*Work required*
Working from the entries below, give again each line from the first through the one containing "#79=LINE('',#77,#18);", exactly and with nothing else.

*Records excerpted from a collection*
:::::
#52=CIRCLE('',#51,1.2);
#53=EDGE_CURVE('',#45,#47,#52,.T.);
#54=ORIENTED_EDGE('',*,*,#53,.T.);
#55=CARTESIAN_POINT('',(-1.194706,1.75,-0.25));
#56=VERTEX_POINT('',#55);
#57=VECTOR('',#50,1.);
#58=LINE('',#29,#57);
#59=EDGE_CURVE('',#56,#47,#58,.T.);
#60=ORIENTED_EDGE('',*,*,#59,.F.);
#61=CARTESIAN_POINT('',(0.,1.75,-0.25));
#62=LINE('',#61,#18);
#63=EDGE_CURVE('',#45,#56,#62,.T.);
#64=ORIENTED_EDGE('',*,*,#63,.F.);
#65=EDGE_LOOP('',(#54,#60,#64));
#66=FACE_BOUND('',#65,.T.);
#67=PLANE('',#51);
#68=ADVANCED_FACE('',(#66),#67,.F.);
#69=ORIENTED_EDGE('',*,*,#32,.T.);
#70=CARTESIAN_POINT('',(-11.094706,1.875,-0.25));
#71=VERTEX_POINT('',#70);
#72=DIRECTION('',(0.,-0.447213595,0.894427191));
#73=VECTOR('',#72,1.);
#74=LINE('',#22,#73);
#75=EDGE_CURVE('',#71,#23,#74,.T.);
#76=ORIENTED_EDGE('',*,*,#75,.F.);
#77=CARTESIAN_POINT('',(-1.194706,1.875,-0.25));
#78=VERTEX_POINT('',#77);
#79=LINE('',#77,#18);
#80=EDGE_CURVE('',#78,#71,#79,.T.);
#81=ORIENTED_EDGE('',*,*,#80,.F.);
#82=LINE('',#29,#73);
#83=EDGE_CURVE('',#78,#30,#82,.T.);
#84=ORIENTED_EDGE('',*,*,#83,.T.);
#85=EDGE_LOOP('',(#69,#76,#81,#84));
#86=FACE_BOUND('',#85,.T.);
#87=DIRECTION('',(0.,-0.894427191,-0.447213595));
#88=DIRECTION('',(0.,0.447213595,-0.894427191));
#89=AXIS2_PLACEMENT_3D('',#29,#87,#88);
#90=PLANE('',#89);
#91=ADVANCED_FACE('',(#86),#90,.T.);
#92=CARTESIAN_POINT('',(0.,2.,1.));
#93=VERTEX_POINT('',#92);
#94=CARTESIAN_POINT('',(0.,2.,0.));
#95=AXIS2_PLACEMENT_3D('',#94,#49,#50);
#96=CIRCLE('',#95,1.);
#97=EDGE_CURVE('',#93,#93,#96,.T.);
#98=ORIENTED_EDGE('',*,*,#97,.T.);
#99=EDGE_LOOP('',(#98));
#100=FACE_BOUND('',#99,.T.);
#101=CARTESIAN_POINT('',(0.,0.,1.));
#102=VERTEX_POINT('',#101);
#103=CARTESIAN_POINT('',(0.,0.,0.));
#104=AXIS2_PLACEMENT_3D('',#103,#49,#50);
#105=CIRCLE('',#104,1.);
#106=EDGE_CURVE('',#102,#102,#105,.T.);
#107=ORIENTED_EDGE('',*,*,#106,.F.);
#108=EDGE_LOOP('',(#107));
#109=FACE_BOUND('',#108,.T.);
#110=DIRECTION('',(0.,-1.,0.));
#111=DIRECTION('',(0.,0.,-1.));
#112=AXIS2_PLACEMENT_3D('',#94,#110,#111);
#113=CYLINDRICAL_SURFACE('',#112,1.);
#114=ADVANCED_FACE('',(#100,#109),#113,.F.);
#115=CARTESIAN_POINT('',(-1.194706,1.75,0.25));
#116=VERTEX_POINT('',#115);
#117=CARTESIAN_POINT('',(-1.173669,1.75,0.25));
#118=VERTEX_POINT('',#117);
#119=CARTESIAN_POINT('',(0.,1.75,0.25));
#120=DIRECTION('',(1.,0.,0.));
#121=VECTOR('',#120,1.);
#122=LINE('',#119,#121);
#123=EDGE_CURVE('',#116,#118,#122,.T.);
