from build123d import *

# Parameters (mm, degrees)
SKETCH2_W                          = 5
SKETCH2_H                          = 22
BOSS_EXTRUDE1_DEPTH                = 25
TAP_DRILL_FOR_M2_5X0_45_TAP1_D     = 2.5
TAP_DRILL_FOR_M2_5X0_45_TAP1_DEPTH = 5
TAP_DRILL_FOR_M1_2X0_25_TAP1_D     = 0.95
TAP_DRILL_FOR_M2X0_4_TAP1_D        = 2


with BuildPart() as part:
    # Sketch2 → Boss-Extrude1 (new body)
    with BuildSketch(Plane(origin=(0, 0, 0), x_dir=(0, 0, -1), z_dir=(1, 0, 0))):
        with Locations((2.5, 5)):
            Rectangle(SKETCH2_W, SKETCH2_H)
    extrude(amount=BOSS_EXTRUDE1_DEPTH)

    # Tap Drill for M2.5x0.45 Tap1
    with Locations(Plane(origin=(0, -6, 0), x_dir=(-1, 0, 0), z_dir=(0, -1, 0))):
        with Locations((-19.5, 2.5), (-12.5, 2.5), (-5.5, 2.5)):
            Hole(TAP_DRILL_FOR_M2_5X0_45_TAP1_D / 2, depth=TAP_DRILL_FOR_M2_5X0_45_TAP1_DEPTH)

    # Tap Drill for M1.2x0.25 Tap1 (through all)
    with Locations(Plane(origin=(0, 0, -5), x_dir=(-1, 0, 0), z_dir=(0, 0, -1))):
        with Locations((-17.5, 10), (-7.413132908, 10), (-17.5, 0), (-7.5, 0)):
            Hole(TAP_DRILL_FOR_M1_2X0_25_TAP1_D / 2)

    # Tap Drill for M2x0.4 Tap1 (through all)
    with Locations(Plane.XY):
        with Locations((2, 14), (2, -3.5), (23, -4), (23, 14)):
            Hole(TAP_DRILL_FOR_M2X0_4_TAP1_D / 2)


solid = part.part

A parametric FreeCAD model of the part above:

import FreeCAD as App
import Part
import Sketcher
from FreeCAD import Vector

doc = App.newDocument("Part")
body = doc.addObject("PartDesign::Body", "Body")

# Sketch on YZ plane
sketch1 = doc.addObject("Sketcher::SketchObject", "Sketch")
body.addObject(sketch1)
sketch1.AttachmentSupport = (doc.YZ_Plane, [""])
sketch1.MapMode = "FlatFace"
sketch1.addGeometry([
    Part.LineSegment(Vector(16, 0, 0), Vector(-6, 0, 0)),
    Part.LineSegment(Vector(-6, 0, 0), Vector(-6, -5, 0)),
    Part.LineSegment(Vector(-6, -5, 0), Vector(16, -5, 0)),
    Part.LineSegment(Vector(16, -5, 0), Vector(16, 0, 0)),
], False)
sketch1.addConstraint([
    Sketcher.Constraint("Coincident", 0, 2, 1, 1),
    Sketcher.Constraint("Coincident", 1, 2, 2, 1),
    Sketcher.Constraint("Coincident", 2, 2, 3, 1),
    Sketcher.Constraint("Coincident", 3, 2, 0, 1),
    Sketcher.Constraint("Horizontal", 0),
    Sketcher.Constraint("Vertical", 1),
    Sketcher.Constraint("Horizontal", 2),
    Sketcher.Constraint("Vertical", 3),
    Sketcher.Constraint("PointOnObject", 0, 2, -1),
    Sketcher.Constraint("DistanceX", 0, 2, 0, 1, 22.0),
    Sketcher.Constraint("DistanceY", 1, 2, 1, 1, 5.0),
    Sketcher.Constraint("DistanceX", 0, 2, -1, 1, 6.0),
])
pad1 = doc.addObject("PartDesign::Pad", "Pad")
body.addObject(pad1)
pad1.Profile = sketch1
pad1.Length = 25

# Sketch on XZ plane
sketch2 = doc.addObject("Sketcher::SketchObject", "Sketch001")
body.addObject(sketch2)
sketch2.AttachmentSupport = (doc.XZ_Plane, [""])
sketch2.MapMode = "FlatFace"
sketch2.AttachmentOffset = App.Placement(Vector(0, 0, 6), App.Rotation())
sketch2.addGeometry([
    Part.Circle(Vector(19.5, -2.5, 0), Vector(0, 0, 1), 1.25),
    Part.Circle(Vector(12.5, -2.5, 0), Vector(0, 0, 1), 1.25),
    Part.Circle(Vector(5.5, -2.5, 0), Vector(0, 0, 1), 1.25),
], False)
sketch2.addConstraint([
    Sketcher.Constraint("Equal", 0, 1),
    Sketcher.Constraint("Equal", 1, 2),
    Sketcher.Constraint("Horizontal", 0, 3, 1, 3),
    Sketcher.Constraint("Horizontal", 1, 3, 2, 3),
    Sketcher.Constraint("Diameter", 0, 2.5),
    Sketcher.Constraint("DistanceX", 1, 3, 0, 3, 7.0),
    Sketcher.Constraint("DistanceX", 2, 3, 1, 3, 7.0),
    Sketcher.Constraint("DistanceX", -1, 1, 0, 3, 19.5),
    Sketcher.Constraint("DistanceY", 0, 3, -1, 1, 2.5),
])
doc.recompute()
hole = doc.addObject("PartDesign::Hole", "Hole")
body.addObject(hole)
hole.Profile = sketch2
hole.ThreadType = "None"
hole.Diameter = 2.5
hole.DepthType = "Dimension"
hole.Depth = 5
hole.DrillPoint = "Flat"

# Sketch on XY plane
sketch3 = doc.addObject("Sketcher::SketchObject", "Sketch002")
body.addObject(sketch3)
sketch3.AttachmentSupport = (doc.XY_Plane, [""])
sketch3.MapMode = "FlatFace"
sketch3.AttachmentOffset = App.Placement(Vector(0, 0, -5), App.Rotation())
sketch3.addGeometry([
    Part.Circle(Vector(17.5, 10, 0), Vector(0, 0, 1), 0.475),
    Part.Circle(Vector(7.413133, 10, 0), Vector(0, 0, 1), 0.475),
    Part.Circle(Vector(17.5, 0, 0), Vector(0, 0, 1), 0.475),
    Part.Circle(Vector(7.5, 0, 0), Vector(0, 0, 1), 0.475),
], False)
sketch3.addConstraint([
    Sketcher.Constraint("Equal", 0, 1),
    Sketcher.Constraint("Equal", 1, 2),
    Sketcher.Constraint("Equal", 2, 3),
    Sketcher.Constraint("PointOnObject", 2, 3, -1),
    Sketcher.Constraint("PointOnObject", 3, 3, -1),
    Sketcher.Constraint("Horizontal", 0, 3, 1, 3),
    Sketcher.Constraint("Vertical", 0, 3, 2, 3),
    Sketcher.Constraint("Diameter", 0, 0.95),
    Sketcher.Constraint("DistanceY", -1, 1, 0, 3, 10.0),
    Sketcher.Constraint("DistanceX", 3, 3, 2, 3, 10.0),
    Sketcher.Constraint("DistanceX", -1, 1, 0, 3, 17.5),
    Sketcher.Constraint("DistanceX", -1, 1, 1, 3, 7.413133),
])
doc.recompute()
hole2 = doc.addObject("PartDesign::Hole", "Hole001")
body.addObject(hole2)
hole2.Profile = sketch3
hole2.ThreadType = "None"
hole2.Diameter = 0.95
hole2.DepthType = "ThroughAll"
hole2.Reversed = True

# Sketch on XY plane
sketch4 = doc.addObject("Sketcher::SketchObject", "Sketch003")
body.addObject(sketch4)
sketch4.AttachmentSupport = (doc.XY_Plane, [""])
sketch4.MapMode = "FlatFace"
sketch4.addGeometry([
    Part.Circle(Vector(2, 14, 0), Vector(0, 0, 1), 1),
    Part.Circle(Vector(2, -3.5, 0), Vector(0, 0, 1), 1),
    Part.Circle(Vector(23, -4, 0), Vector(0, 0, 1), 1),
    Part.Circle(Vector(23, 14, 0), Vector(0, 0, 1), 1),
], False)
sketch4.addConstraint([
    Sketcher.Constraint("Equal", 0, 1),
    Sketcher.Constraint("Equal", 1, 2),
    Sketcher.Constraint("Equal", 2, 3),
    Sketcher.Constraint("Horizontal", 0, 3, 3, 3),
    Sketcher.Constraint("Vertical", 0, 3, 1, 3),
    Sketcher.Constraint("Vertical", 2, 3, 3, 3),
    Sketcher.Constraint("Diameter", 0, 2.0),
    Sketcher.Constraint("DistanceX", -1, 1, 0, 3, 2.0),
    Sketcher.Constraint("DistanceY", -1, 1, 0, 3, 14.0),
    Sketcher.Constraint("DistanceX", -1, 1, 2, 3, 23.0),
    Sketcher.Constraint("DistanceY", 2, 3, -1, 1, 4.0),
    Sketcher.Constraint("DistanceY", 1, 3, -1, 1, 3.5),
])
doc.recompute()
hole3 = doc.addObject("PartDesign::Hole", "Hole002")
body.addObject(hole3)
hole3.Profile = sketch4
hole3.ThreadType = "None"
hole3.Diameter = 2
hole3.DepthType = "ThroughAll"

doc.recompute()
:::::
*Result of this task*
#52=CIRCLE('',#51,1.2);
#53=EDGE_CURVE('',#45,#47,#52,.T.);
#54=ORIENTED_EDGE('',*,*,#53,.T.);
#55=CARTESIAN_POINT('',(-1.194706,1.75,-0.25));
#56=VERTEX_POINT('',#55);
#57=VECTOR('',#50,1.);
#58=LINE('',#29,#57);
#59=EDGE_CURVE('',#56,#47,#58,.T.);
#60=ORIENTED_EDGE('',*,*,#59,.F.);
#61=CARTESIAN_POINT('',(0.,1.75,-0.25));
#62=LINE('',#61,#18);
#63=EDGE_CURVE('',#45,#56,#62,.T.);
#64=ORIENTED_EDGE('',*,*,#63,.F.);
#65=EDGE_LOOP('',(#54,#60,#64));
#66=FACE_BOUND('',#65,.T.);
#67=PLANE('',#51);
#68=ADVANCED_FACE('',(#66),#67,.F.);
#69=ORIENTED_EDGE('',*,*,#32,.T.);
#70=CARTESIAN_POINT('',(-11.094706,1.875,-0.25));
#71=VERTEX_POINT('',#70);
#72=DIRECTION('',(0.,-0.447213595,0.894427191));
#73=VECTOR('',#72,1.);
#74=LINE('',#22,#73);
#75=EDGE_CURVE('',#71,#23,#74,.T.);
#76=ORIENTED_EDGE('',*,*,#75,.F.);
#77=CARTESIAN_POINT('',(-1.194706,1.875,-0.25));
#78=VERTEX_POINT('',#77);
#79=LINE('',#77,#18);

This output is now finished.